__Input__:
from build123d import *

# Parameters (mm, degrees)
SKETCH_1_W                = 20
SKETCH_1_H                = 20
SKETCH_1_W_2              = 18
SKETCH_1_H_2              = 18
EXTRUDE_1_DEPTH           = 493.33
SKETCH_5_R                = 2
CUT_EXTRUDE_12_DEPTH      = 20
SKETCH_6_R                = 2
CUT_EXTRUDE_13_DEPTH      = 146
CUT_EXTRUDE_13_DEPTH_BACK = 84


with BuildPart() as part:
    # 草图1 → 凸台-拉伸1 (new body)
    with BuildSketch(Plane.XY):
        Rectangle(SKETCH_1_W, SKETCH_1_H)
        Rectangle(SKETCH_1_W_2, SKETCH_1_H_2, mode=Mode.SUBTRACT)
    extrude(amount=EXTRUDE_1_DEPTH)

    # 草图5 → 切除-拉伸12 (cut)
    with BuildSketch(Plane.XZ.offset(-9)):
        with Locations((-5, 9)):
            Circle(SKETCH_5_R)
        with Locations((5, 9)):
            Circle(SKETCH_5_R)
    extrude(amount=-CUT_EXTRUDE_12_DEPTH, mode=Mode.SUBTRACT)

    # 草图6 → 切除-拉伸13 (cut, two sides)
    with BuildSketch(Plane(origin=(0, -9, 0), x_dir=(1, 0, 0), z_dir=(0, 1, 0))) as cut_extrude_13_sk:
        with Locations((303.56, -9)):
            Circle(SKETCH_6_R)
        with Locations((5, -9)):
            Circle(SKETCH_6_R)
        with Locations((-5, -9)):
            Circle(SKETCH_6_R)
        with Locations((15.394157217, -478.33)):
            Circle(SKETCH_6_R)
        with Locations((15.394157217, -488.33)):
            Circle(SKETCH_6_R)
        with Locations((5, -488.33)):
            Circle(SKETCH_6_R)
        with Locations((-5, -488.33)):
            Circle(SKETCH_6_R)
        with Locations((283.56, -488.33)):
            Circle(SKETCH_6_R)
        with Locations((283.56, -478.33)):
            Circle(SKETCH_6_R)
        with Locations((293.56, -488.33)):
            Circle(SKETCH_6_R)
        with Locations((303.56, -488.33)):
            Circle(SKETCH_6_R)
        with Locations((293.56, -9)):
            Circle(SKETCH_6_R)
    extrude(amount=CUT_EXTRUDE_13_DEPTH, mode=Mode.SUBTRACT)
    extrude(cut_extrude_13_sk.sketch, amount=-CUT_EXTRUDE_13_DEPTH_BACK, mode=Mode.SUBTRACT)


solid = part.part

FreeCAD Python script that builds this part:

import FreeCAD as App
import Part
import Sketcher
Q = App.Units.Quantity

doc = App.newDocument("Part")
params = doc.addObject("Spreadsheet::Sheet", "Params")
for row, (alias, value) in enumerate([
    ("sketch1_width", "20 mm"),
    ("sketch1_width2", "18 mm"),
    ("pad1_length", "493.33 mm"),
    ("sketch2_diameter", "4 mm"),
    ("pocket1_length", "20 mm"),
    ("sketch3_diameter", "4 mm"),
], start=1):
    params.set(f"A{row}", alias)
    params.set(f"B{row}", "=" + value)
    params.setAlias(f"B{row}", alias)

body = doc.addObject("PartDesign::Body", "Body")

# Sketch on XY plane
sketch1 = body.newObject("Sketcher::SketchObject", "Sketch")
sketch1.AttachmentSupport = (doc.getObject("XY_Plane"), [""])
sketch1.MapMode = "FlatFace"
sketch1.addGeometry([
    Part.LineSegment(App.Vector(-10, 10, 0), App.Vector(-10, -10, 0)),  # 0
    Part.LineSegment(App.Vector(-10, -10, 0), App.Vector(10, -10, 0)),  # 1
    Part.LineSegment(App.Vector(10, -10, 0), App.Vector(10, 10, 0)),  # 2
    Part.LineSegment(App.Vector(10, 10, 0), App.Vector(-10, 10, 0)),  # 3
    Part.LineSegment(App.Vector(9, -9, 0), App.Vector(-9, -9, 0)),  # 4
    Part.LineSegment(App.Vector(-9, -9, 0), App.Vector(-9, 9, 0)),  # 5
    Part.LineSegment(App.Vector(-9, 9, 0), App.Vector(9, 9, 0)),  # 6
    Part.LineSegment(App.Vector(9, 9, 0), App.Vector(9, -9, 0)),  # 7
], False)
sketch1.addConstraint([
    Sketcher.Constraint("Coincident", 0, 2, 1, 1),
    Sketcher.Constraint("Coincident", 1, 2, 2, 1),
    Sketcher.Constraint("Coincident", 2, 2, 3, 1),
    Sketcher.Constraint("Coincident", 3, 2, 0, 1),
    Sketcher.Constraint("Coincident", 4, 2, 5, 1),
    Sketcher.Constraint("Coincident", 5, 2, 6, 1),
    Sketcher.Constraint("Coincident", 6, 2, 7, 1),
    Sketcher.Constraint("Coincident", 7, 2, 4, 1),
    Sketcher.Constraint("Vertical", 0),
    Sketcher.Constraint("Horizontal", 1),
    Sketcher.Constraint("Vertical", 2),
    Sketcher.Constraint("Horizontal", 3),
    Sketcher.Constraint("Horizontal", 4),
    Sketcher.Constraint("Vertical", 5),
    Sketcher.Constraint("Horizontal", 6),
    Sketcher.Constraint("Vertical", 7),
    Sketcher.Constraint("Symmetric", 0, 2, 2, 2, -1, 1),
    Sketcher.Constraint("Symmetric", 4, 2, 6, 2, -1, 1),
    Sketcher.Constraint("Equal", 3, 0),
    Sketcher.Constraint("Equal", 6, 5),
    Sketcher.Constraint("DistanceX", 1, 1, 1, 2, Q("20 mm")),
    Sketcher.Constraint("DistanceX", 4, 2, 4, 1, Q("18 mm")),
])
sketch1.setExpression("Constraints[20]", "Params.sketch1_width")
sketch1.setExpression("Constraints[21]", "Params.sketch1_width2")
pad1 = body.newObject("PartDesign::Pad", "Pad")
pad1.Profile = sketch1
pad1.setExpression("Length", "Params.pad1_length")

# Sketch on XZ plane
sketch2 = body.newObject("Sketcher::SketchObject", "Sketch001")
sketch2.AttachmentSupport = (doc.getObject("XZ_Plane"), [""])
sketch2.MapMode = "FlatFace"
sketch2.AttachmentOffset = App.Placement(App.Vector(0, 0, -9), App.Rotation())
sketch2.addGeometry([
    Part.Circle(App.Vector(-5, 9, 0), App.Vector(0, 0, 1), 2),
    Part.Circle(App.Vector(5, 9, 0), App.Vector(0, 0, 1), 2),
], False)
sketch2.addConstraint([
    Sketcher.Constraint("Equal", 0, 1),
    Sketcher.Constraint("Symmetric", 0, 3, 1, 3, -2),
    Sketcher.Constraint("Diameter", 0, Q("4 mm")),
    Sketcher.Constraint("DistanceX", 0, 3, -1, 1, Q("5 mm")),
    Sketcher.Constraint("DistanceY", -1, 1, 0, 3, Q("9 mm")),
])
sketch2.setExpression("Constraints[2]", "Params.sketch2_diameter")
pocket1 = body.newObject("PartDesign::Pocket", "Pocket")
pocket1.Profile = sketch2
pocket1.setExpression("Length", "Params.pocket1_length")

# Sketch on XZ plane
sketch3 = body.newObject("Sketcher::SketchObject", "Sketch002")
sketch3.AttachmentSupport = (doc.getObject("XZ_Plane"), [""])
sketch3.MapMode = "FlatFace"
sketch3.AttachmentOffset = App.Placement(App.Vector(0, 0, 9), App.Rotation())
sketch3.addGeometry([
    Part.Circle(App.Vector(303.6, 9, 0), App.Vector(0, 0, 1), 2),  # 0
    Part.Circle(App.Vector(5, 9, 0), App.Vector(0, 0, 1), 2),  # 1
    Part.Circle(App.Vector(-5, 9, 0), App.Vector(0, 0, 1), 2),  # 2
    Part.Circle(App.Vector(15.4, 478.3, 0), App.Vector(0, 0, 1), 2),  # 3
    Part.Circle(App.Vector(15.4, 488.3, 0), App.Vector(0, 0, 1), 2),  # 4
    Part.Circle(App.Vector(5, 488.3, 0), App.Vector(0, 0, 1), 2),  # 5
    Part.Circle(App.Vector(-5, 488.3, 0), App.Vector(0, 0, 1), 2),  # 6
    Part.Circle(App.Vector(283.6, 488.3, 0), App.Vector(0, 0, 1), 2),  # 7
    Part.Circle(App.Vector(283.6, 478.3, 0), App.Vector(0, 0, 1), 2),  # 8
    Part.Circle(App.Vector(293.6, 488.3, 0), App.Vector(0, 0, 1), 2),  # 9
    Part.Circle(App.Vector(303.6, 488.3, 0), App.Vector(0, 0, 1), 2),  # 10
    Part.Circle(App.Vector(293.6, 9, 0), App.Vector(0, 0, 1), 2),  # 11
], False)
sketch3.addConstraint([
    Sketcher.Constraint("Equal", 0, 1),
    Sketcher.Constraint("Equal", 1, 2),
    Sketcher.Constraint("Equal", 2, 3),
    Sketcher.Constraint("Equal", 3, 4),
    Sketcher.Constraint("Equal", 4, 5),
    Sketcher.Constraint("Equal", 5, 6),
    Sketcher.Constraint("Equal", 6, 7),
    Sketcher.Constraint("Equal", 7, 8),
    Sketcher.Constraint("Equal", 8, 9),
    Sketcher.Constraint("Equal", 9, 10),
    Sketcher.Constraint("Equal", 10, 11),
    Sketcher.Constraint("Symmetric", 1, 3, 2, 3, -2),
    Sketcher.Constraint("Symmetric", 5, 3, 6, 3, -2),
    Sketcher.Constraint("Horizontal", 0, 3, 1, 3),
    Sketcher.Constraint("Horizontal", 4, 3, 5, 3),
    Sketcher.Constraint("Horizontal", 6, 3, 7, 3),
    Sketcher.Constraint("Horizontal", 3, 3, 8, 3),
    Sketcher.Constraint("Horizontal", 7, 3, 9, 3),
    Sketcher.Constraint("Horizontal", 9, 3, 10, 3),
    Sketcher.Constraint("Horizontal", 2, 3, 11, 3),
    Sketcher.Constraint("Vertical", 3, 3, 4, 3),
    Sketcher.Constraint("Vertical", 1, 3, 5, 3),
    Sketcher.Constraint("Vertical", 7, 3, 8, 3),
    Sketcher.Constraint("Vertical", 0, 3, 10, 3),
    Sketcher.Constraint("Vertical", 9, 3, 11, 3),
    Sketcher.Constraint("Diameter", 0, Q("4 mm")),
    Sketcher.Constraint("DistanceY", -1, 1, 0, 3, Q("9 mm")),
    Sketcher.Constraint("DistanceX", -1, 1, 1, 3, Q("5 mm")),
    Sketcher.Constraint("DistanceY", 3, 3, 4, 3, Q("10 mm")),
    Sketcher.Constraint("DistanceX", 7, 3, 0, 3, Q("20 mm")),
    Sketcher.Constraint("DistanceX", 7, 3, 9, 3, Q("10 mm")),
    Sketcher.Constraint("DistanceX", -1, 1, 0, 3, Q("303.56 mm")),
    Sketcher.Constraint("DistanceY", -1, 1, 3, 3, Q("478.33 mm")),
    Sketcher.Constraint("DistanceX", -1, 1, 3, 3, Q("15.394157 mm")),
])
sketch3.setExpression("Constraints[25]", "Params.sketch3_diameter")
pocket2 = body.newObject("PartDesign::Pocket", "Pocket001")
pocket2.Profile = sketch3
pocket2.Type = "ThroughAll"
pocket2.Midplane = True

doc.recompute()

__Task details__:
Give the number of lines in the data that contain the word "SUBTRACT", and add no other text.

__Your solution__:
4